Dataset.
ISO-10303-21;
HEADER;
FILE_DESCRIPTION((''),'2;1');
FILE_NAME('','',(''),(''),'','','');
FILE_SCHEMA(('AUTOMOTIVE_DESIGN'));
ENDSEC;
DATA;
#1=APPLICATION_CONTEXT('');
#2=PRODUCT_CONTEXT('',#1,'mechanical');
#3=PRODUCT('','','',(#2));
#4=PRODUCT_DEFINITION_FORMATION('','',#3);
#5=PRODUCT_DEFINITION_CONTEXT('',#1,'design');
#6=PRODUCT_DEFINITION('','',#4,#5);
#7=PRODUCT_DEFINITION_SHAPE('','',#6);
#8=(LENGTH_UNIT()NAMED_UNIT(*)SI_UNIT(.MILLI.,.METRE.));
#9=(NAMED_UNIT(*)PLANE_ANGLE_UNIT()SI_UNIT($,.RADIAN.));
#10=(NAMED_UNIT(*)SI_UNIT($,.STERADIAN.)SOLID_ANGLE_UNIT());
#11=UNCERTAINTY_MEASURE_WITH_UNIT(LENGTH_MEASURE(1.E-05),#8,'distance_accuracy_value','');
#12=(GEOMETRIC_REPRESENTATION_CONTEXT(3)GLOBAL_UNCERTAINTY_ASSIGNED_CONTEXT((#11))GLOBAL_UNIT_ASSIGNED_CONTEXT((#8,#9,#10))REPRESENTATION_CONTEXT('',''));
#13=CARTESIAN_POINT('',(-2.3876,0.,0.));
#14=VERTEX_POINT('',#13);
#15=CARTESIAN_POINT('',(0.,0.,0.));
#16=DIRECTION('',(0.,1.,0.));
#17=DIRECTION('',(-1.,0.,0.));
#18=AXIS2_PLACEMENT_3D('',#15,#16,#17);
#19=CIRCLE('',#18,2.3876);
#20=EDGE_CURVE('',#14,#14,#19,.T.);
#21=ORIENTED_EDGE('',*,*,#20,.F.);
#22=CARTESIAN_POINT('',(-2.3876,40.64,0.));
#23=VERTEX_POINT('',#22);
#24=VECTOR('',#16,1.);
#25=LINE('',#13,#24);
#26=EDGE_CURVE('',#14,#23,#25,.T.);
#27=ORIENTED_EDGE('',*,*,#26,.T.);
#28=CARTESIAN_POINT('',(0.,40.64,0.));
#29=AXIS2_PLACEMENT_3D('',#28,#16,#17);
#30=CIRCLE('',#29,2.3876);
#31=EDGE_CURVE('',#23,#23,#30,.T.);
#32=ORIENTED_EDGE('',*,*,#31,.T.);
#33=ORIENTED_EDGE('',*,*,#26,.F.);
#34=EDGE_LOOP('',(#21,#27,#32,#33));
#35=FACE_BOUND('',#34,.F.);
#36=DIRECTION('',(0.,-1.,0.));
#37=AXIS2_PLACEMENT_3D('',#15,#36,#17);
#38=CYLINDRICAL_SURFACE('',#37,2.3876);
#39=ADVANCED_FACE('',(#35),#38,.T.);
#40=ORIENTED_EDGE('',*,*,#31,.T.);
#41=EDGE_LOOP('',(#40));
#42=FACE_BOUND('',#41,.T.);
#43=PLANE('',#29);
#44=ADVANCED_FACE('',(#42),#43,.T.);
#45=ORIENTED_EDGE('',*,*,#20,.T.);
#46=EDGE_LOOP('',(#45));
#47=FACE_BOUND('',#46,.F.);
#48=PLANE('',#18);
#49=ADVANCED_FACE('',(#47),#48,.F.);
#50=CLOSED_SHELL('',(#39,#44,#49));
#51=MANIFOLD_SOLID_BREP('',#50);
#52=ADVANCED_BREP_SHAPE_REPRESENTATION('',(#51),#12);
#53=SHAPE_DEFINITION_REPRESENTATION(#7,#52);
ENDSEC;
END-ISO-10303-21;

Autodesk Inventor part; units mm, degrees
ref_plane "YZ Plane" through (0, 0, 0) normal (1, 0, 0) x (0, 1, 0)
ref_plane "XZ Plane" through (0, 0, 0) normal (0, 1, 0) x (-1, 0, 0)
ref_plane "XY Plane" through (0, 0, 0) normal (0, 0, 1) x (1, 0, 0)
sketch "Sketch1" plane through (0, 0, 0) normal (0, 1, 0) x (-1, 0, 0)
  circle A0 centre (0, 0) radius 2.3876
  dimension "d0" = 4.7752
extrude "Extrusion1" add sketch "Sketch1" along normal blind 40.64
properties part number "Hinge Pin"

...

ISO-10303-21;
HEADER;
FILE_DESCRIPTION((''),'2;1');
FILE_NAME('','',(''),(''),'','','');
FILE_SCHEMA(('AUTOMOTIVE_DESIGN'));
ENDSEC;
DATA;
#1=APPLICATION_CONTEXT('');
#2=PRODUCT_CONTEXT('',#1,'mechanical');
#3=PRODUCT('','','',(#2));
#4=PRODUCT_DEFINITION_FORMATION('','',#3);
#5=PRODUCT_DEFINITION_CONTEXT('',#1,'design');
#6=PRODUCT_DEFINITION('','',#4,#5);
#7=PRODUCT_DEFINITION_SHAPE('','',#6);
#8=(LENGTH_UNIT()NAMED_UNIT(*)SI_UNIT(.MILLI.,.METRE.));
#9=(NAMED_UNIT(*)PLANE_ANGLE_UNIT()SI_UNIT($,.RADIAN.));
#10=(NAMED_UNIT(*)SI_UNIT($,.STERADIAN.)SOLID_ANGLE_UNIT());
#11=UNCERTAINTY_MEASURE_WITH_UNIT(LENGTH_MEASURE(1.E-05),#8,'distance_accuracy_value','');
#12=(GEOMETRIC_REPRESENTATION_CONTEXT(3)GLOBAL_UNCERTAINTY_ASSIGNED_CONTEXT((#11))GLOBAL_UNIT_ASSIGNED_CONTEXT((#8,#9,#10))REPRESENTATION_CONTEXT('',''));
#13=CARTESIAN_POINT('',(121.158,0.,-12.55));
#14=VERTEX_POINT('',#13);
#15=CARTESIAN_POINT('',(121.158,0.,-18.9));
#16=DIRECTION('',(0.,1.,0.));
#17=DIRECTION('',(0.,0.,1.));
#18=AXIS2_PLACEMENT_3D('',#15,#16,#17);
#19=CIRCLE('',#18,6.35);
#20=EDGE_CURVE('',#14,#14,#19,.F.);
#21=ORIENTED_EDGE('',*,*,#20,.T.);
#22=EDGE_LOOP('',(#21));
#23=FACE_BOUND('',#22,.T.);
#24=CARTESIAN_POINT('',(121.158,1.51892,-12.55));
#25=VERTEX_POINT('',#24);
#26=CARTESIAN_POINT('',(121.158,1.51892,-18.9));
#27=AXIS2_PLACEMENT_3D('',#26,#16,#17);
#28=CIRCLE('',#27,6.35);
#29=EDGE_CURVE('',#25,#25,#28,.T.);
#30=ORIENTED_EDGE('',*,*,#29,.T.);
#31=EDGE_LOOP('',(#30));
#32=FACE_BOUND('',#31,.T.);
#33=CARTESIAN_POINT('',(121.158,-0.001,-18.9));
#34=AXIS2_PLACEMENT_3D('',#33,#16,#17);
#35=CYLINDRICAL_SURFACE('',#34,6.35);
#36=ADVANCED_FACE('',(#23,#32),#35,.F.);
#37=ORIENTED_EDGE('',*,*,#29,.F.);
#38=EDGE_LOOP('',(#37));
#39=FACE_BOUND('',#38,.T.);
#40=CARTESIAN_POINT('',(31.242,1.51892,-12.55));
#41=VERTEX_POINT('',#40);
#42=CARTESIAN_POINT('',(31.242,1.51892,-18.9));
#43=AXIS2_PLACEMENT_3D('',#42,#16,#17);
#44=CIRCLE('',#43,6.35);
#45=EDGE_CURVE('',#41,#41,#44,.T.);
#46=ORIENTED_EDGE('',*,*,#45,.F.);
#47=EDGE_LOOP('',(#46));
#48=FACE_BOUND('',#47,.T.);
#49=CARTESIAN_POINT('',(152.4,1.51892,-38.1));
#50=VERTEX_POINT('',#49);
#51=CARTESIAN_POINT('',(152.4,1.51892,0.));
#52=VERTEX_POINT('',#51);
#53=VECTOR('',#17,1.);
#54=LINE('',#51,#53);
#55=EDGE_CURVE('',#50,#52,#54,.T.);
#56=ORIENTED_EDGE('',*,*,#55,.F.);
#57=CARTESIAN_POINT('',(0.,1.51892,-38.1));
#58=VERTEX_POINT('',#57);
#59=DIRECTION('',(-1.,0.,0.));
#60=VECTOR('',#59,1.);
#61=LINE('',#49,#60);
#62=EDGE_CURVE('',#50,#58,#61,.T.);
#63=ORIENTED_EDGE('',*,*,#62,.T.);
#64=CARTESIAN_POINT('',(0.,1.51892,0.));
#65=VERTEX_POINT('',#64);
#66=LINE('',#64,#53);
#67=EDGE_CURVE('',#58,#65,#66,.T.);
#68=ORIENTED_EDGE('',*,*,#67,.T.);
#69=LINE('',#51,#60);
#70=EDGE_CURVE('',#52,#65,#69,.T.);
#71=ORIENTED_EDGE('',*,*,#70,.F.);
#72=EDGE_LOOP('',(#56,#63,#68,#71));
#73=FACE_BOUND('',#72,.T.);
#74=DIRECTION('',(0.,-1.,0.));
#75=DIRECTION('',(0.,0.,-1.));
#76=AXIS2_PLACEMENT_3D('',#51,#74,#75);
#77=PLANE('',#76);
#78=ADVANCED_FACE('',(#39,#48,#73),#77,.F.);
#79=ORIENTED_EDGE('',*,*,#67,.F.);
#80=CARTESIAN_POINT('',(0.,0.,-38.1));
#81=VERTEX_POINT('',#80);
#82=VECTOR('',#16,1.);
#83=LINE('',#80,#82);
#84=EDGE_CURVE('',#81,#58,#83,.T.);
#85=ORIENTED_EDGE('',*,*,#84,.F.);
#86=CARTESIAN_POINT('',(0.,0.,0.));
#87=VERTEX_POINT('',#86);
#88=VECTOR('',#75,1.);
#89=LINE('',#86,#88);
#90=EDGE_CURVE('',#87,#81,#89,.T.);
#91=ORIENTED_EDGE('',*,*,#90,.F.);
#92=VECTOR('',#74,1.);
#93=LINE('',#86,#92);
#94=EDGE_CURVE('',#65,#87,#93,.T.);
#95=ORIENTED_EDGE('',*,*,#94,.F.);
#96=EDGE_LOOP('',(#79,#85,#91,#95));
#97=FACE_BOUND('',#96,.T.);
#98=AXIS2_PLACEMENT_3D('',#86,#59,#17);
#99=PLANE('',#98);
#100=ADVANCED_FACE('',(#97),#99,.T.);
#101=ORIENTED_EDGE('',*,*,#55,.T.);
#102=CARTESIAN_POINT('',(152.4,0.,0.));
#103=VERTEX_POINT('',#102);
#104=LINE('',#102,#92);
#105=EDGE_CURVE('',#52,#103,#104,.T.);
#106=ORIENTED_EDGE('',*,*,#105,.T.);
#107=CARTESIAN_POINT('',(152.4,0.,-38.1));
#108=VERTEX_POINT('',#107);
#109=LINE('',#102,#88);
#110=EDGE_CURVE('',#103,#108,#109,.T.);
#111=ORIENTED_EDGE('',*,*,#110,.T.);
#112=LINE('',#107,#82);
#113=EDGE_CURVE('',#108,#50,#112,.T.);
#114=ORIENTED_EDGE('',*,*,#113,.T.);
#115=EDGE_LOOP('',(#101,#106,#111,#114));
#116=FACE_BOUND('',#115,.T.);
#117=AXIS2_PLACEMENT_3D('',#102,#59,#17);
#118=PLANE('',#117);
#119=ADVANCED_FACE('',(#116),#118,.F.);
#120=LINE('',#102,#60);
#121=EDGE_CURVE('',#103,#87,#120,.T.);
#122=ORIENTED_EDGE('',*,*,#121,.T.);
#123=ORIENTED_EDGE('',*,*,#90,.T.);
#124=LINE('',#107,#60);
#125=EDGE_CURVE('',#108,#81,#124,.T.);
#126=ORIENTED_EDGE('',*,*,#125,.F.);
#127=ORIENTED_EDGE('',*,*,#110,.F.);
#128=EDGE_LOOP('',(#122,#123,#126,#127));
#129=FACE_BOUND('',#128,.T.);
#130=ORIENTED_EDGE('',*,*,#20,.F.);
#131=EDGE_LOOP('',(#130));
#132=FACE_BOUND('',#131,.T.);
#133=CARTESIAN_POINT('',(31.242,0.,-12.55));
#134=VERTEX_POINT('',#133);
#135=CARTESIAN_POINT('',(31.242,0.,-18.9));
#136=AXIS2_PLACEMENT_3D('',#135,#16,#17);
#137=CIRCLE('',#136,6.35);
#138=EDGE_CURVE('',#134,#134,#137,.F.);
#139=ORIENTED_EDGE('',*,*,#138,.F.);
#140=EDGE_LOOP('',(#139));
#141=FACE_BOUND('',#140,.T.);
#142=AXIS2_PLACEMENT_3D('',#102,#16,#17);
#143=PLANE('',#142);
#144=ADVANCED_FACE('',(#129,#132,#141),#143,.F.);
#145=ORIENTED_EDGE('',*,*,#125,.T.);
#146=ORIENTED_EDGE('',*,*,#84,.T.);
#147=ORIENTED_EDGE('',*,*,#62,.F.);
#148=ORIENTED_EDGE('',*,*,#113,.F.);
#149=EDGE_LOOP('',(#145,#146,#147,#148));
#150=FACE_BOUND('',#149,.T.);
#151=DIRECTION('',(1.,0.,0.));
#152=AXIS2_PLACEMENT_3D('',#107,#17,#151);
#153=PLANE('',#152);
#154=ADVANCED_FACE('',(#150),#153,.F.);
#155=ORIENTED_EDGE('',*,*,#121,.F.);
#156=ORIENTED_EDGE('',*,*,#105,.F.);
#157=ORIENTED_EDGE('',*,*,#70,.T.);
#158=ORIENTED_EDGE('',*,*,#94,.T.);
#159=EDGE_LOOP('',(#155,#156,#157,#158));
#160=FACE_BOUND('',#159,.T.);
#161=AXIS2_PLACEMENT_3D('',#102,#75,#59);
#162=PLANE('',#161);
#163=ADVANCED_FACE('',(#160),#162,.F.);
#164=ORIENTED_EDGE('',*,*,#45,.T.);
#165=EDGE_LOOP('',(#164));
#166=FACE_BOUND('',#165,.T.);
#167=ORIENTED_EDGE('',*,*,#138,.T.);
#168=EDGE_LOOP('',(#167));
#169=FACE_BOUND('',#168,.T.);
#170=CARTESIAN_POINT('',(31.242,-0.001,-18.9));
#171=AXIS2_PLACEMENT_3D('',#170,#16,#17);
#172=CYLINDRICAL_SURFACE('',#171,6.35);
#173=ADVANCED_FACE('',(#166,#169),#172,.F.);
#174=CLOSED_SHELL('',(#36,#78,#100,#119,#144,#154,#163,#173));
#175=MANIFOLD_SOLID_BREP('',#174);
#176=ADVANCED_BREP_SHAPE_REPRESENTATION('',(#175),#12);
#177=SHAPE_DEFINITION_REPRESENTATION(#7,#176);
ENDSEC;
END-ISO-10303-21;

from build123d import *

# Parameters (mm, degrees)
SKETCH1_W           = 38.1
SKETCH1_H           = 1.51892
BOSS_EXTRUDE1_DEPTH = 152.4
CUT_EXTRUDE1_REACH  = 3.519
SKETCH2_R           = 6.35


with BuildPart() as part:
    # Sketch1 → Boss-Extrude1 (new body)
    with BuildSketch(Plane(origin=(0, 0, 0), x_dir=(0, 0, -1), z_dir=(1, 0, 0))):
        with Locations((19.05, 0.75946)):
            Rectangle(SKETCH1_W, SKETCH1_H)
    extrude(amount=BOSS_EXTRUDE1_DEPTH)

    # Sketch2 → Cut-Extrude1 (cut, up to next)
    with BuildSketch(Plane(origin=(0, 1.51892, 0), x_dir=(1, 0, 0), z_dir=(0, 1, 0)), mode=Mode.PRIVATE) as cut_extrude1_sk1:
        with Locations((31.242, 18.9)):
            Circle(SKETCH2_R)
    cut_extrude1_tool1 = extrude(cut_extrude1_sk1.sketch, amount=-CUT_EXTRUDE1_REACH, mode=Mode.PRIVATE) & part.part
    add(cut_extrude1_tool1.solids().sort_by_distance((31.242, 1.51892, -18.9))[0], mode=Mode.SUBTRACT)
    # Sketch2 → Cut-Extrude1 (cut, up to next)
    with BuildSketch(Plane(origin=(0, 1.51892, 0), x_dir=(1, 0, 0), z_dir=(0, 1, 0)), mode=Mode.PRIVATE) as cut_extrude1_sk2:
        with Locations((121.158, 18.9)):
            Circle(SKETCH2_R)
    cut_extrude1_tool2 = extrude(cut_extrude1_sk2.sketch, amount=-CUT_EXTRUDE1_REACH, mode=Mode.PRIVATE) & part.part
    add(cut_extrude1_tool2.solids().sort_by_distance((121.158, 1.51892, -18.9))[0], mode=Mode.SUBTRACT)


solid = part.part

Assigned task.
Your answer should be the lines of the listing above between the line holding "#13=CARTESIAN_POINT('',(-2.3876,0.,0.));" and the line holding "#24=VECTOR('',#16,1.);", inclusive, restated word for word and alone.

Your response.
#13=CARTESIAN_POINT('',(-2.3876,0.,0.));
#14=VERTEX_POINT('',#13);
#15=CARTESIAN_POINT('',(0.,0.,0.));
#16=DIRECTION('',(0.,1.,0.));
#17=DIRECTION('',(-1.,0.,0.));
#18=AXIS2_PLACEMENT_3D('',#15,#16,#17);
#19=CIRCLE('',#18,2.3876);
#20=EDGE_CURVE('',#14,#14,#19,.T.);
#21=ORIENTED_EDGE('',*,*,#20,.F.);
#22=CARTESIAN_POINT('',(-2.3876,40.64,0.));
#23=VERTEX_POINT('',#22);
#24=VECTOR('',#16,1.);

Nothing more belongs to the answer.